Church separation shouldn’t invite secular tyranny

Freedom Newspapers

Many Americans seem to invoke a double standard on the question of when it is appropriate for religious groups or leaders to weigh in on matters of politics and public policy.

When a “reverend” this or a “father” that attempts to lend moral authority to a cause with which liberals agree, it’s not only deemed appropriate but welcomed. Yet when Focus on the Family and other religious groups speak up in defense of the judicial nominees being denied a vote by a handful of senators, or question whether these politicians are misusing the filibuster, it’s condemned as an effort by the “American Taliban” to tear down the wall separating church and state and impose a “theocracy.” Such political meddling is grounds for revoking the groups’ tax-exempt status, critics cry.

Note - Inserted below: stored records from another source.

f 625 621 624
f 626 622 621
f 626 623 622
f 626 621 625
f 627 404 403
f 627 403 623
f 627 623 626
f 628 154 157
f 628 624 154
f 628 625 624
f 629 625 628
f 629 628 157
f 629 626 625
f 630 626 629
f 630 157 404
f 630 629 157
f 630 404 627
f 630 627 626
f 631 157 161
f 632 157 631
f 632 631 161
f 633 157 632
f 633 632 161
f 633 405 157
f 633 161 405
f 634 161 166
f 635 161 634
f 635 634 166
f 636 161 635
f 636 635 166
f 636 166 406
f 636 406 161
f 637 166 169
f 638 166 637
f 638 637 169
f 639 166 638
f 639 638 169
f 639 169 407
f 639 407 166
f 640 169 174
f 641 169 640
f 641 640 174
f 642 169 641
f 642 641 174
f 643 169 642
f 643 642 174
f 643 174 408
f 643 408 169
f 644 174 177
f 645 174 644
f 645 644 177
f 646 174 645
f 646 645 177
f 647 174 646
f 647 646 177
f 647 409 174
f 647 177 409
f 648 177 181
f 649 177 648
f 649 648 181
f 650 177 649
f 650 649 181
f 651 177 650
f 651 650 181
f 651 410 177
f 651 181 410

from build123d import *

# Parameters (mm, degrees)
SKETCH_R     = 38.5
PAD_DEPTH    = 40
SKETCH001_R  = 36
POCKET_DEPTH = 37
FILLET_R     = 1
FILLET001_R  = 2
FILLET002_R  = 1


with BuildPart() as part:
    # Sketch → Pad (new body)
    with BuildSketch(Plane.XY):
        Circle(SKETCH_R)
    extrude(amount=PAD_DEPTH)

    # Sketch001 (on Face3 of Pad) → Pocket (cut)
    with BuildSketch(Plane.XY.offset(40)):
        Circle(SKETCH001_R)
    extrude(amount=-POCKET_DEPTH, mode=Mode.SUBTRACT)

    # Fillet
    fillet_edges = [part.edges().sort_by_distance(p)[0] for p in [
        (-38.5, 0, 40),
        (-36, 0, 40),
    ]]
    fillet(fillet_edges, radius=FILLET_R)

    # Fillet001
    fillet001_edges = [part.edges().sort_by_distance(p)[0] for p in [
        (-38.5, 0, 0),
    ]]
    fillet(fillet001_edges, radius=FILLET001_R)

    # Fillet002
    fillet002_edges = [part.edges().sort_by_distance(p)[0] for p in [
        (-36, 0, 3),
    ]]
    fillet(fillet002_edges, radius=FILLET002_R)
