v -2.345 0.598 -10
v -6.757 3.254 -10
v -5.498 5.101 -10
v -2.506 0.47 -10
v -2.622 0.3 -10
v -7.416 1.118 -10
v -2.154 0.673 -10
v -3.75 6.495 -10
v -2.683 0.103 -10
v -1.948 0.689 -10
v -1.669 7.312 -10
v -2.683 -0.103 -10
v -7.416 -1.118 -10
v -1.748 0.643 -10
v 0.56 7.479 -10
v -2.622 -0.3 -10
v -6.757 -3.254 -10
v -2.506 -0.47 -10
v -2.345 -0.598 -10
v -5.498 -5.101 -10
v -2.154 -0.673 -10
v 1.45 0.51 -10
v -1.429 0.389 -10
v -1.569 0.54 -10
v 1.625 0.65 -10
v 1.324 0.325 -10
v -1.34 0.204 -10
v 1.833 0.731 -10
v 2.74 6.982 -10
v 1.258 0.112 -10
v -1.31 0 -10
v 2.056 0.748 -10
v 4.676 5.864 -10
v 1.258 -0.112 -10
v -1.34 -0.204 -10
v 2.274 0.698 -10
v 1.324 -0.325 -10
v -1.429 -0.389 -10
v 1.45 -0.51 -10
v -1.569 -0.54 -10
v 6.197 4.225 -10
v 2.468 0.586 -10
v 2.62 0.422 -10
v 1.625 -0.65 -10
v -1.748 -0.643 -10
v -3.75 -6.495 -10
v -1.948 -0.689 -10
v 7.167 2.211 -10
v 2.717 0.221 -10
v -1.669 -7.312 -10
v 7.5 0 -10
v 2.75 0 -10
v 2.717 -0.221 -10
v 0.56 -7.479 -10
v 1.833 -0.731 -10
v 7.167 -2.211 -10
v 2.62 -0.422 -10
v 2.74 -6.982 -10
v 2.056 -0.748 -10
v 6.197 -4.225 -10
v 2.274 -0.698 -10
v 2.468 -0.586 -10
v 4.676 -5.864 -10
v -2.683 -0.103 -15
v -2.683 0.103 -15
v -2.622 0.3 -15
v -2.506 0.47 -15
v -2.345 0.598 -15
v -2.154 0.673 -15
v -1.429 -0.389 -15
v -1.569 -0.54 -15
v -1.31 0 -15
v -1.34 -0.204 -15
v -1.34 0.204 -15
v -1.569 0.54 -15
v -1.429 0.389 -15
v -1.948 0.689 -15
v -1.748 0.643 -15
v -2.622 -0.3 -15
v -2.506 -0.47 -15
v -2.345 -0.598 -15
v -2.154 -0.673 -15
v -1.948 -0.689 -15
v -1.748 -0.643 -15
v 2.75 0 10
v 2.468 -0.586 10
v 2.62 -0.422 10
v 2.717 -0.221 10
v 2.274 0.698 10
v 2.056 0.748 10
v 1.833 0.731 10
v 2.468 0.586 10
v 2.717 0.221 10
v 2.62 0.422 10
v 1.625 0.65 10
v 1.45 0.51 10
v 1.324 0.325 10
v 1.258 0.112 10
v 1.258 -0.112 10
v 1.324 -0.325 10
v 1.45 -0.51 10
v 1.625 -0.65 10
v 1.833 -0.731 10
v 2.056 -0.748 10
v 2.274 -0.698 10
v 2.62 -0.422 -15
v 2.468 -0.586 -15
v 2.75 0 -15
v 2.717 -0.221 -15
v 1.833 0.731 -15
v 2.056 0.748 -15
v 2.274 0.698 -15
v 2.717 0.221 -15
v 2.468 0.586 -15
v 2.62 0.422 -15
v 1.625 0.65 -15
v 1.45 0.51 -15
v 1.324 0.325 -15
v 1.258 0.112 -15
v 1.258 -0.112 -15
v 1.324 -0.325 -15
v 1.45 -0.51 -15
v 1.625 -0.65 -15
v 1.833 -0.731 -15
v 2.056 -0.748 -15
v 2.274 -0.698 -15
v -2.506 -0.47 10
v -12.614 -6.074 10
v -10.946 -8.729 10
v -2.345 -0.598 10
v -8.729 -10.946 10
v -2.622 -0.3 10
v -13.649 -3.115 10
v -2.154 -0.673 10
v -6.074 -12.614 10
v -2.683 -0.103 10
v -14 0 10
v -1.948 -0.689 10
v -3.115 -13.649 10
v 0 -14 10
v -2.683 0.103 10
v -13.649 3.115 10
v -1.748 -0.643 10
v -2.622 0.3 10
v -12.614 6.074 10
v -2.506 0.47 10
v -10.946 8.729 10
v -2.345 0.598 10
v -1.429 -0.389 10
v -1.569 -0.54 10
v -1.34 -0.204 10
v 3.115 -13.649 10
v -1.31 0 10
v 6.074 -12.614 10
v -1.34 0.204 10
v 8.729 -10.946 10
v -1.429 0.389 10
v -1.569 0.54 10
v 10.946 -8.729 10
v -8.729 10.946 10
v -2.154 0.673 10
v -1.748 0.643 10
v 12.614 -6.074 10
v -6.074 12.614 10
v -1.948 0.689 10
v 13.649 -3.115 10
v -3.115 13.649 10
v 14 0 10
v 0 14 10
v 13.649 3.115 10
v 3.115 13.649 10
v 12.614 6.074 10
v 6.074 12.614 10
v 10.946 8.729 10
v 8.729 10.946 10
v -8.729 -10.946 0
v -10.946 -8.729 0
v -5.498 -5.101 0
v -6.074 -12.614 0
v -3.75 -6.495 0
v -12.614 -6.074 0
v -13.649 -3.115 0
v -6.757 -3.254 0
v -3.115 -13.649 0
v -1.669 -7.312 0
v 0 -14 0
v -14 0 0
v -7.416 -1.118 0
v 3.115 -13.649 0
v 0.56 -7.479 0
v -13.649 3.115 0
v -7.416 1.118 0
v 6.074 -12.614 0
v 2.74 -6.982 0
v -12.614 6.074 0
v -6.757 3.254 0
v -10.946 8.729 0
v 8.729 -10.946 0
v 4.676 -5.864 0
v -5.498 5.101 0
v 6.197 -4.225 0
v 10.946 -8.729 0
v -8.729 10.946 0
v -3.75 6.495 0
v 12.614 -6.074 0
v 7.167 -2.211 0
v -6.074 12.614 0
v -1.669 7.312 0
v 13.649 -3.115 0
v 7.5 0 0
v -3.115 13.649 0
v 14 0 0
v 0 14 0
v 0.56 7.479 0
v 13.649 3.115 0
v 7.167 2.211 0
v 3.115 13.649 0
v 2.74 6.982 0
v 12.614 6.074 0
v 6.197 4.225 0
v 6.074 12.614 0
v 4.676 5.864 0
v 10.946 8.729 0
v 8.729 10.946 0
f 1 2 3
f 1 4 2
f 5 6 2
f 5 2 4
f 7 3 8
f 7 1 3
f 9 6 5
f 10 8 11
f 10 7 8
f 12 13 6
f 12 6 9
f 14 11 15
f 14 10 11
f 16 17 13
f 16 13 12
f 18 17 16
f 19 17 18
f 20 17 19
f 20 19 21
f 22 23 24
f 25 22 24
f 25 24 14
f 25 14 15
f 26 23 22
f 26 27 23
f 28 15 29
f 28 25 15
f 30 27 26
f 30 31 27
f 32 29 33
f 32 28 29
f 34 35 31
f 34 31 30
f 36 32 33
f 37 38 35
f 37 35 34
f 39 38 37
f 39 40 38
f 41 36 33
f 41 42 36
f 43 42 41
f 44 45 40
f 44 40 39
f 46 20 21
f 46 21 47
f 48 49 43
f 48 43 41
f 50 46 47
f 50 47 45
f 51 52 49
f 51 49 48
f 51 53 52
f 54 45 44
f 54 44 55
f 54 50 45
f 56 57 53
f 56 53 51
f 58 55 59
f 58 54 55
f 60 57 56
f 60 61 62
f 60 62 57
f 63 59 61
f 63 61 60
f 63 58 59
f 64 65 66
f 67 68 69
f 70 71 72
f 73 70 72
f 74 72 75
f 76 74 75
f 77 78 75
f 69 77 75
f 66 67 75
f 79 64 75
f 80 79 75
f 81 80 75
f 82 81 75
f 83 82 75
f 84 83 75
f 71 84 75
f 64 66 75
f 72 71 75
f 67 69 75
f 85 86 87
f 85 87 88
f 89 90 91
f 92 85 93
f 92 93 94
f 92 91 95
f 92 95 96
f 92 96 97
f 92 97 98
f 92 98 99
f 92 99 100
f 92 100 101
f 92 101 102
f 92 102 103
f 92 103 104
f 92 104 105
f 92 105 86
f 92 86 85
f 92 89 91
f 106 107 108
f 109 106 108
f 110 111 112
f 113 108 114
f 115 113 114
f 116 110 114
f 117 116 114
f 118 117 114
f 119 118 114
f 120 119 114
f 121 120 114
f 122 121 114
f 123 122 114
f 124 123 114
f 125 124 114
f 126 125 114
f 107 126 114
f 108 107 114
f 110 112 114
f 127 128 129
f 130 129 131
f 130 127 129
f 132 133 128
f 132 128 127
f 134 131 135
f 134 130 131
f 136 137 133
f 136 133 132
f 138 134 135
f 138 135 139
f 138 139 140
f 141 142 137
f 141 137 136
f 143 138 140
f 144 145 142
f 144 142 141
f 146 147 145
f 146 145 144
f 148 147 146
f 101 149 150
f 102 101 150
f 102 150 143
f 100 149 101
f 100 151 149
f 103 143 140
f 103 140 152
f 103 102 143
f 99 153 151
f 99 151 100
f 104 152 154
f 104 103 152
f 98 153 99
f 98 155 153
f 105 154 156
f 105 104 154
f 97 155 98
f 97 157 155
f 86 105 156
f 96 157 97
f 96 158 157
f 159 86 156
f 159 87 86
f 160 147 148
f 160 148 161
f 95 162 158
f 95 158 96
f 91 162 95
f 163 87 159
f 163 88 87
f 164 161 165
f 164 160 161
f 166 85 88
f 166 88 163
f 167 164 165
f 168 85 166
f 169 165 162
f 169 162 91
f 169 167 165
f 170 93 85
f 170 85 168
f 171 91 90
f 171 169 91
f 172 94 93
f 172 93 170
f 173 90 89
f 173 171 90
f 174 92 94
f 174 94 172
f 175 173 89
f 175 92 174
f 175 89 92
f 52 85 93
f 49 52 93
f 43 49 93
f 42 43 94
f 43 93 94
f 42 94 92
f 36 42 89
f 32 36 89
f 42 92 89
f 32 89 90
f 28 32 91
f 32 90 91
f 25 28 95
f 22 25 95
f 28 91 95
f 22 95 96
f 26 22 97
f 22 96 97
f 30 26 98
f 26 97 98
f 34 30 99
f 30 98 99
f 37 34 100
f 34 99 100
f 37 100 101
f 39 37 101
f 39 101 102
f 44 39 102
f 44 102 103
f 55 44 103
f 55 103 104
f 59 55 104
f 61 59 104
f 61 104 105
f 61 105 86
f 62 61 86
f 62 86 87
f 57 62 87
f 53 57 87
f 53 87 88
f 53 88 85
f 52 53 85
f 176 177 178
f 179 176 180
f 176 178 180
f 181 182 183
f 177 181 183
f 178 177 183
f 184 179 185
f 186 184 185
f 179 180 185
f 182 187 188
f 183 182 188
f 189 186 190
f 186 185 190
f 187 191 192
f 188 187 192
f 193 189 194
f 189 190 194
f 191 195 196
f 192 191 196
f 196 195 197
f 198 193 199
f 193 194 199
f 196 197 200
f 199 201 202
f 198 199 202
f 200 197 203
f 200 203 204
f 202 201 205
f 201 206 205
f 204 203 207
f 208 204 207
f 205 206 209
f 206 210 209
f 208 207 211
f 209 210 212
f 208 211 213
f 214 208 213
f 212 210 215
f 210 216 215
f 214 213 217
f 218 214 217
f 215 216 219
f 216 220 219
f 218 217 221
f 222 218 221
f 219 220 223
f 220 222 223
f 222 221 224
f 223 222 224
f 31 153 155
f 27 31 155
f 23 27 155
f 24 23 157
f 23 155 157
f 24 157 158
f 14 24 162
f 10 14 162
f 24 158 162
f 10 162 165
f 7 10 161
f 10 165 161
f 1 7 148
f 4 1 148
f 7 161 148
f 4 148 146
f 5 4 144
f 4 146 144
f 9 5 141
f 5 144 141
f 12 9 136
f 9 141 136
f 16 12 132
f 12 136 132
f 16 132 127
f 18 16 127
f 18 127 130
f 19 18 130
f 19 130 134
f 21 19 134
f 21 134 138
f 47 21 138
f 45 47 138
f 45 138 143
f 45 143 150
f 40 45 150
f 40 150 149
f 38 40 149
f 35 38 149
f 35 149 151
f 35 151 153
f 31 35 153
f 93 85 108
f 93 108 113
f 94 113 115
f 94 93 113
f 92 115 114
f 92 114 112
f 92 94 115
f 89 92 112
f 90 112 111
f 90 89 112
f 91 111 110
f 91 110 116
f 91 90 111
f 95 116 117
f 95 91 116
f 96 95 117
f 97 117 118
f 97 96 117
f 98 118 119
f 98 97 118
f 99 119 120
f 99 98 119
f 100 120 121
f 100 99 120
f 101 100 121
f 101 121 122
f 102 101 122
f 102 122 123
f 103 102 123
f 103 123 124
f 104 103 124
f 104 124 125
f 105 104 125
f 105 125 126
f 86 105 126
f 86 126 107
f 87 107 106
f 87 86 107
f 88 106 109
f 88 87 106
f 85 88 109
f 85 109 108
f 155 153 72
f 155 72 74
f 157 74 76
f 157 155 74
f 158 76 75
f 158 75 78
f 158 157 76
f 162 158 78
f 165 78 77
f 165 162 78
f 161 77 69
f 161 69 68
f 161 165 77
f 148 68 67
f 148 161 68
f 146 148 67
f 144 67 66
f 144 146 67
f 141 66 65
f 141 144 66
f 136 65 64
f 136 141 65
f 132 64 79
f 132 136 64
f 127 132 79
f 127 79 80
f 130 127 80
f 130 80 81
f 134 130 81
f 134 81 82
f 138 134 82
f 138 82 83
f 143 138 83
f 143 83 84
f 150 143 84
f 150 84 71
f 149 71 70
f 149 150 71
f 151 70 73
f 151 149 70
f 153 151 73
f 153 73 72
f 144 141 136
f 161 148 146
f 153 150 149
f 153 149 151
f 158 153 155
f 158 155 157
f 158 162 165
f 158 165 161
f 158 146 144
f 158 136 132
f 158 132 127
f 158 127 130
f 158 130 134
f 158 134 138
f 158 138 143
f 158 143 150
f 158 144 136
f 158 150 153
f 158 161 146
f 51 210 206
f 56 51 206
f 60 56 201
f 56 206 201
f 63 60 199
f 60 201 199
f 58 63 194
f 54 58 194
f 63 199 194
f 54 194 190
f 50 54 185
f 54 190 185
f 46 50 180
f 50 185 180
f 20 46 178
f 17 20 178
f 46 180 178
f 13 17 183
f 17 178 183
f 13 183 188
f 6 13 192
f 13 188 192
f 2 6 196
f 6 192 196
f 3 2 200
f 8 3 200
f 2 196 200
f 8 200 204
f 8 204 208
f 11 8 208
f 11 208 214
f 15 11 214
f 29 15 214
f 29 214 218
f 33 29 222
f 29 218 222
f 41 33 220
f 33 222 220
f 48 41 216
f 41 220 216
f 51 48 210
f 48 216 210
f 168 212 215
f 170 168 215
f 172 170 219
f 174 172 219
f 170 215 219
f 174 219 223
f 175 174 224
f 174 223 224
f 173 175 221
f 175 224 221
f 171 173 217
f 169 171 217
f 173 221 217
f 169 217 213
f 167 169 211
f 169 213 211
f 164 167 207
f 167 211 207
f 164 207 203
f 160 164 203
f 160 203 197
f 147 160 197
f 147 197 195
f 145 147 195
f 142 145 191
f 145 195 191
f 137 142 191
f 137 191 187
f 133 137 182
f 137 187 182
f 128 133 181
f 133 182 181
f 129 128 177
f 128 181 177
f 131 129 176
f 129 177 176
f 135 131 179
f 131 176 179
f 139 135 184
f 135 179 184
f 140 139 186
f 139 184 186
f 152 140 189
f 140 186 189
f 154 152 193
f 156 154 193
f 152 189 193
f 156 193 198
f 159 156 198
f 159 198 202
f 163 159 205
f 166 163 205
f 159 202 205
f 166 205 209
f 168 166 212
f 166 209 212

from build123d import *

# Parameters (mm, degrees)
F0_R     = 14
F1_DEPTH = 10
F2_R     = 7.5
F3_DEPTH = 10
F4_R     = 0.690496
F4_R_2   = 0.75
F5_DEPTH = 25
F6_DEPTH = 25


with BuildPart() as f1:
    # F0 (on Top) → F1 (new body)
    with BuildSketch(Plane.XY):
        Circle(F0_R)
    extrude(amount=F1_DEPTH)

    # F2 (on face) → F3 (join)
    with BuildSketch(Plane(origin=(0, 0, 0), x_dir=(1, 0, 0), z_dir=(0, 0, -1))):
        Circle(F2_R)
    extrude(amount=F3_DEPTH)

    # F4 (on face) → F5 (cut)
    with BuildSketch(Plane.XY.offset(10)):
        with Locations((-2, 0)):
            Circle(F4_R)
        with Locations((2, 0)):
            Circle(F4_R_2)
    extrude(amount=-F5_DEPTH, mode=Mode.SUBTRACT)


with BuildPart() as f6:
    # F4 (on face) → F6 (new body)
    with BuildSketch(Plane.XY.offset(10)):
        with Locations((-2, 0)):
            Circle(F4_R)
        with Locations((2, 0)):
            Circle(F4_R_2)
    extrude(amount=-F6_DEPTH)


solid = Compound([f1.part, f6.part])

This represents a misreading of the U.S. Constitution and U.S. history, as well as the federal tax code, so off the mark it must result from ignorance, malice or blinkered partisanship. The Constitution prohibits the establishment of a state religion and bars the state from inhibiting the free exercise of religious thought. American history is replete with instances when religion was evoked to further political aims, starting with the revolution itself and including abolition, prohibition, the civil rights and pro-life movements. And a federal tax exemption bars recipients from involvement in partisanship, not politics.

The demand that Americans maintain a strict separation between their religious and political beliefs is not only impossible, since the two are inseparably linked, but unwarranted by any reading of our law or history. It’s taking the establishment clause to extremes to suggest, as some apparently do, that religious people aren’t as free to exercise their political beliefs as other Americans.

This selective and self-serving reading of the First Amendment shouldn’t surprise us, coming from those who would also grant federal judges the latitude to read their personal prejudices into the Constitution, rather than interpret it as written. By turning this into a debate about church and state, rather than the hijacking of Senate procedures to advance a partisan vendetta against the president’s judicial nominees, the obstructionists have managed to shift the focus away from where it should be — on exactly what makes these nominees unfit to serve on the federal bench and why they shouldn’t be granted an up-or-down vote by the Senate.

Returning the debate to where it belongs would show that the judicial obstructionists are standing on shaky ground. No nominee being held hostage is as “radical” or “extremist” as alleged. Nor is this particular use of the filibuster sanctioned by the Constitution or the framers. And it’s simply absurd to assert that reining in this procedural abuse will undermine the checks and balances or lead to a “tyranny of the majority.”

Yet when Focus on the Family, the Family Research Council and other groups dare raise questions about why certain judicial nominees have been singled out, branded as “extremists” and denied a vote before the Senate, these groups are accused of exceeding their rights, participating in “unChristian” activities and attempting to usher in a theocracy.

Still others suggest that the groups should lose their tax-exempt status for speaking up. But tax exemption doesn’t bar such groups from sharing their views on matters of broad public policy with the public; it bars them from lobbying on specific pieces of legislation, from endorsing candidates for office and from involvement in partisan activities. It’s true, in this case at least, that their positions echo those of many members of the Republican Party. But unless collusion is demonstrated, that isn’t enough to challenge a tax exemption.

There are plenty of tax-exempt groups whose activities and “educational campaigns” make them de-facto auxiliaries of the Democratic Party. An argument might be made that their tax exemptions should be done away with as well. But at the moment, an across-the-board ban serves the interest of neither party, so the focus on Focus seems hypocritical and opportunistic.

Although we take seriously the need to maintain church-state separation, as well as checks and balances, we see no danger that these activities will lead to a theocracy in the United States. Much more likely, in our view, is a creeping tyranny of the secularists, in which the Constitution’s prohibition of a state religion will be used to purge all semblance of religious thought and speech not just from the proverbial public square, but from popular discourse.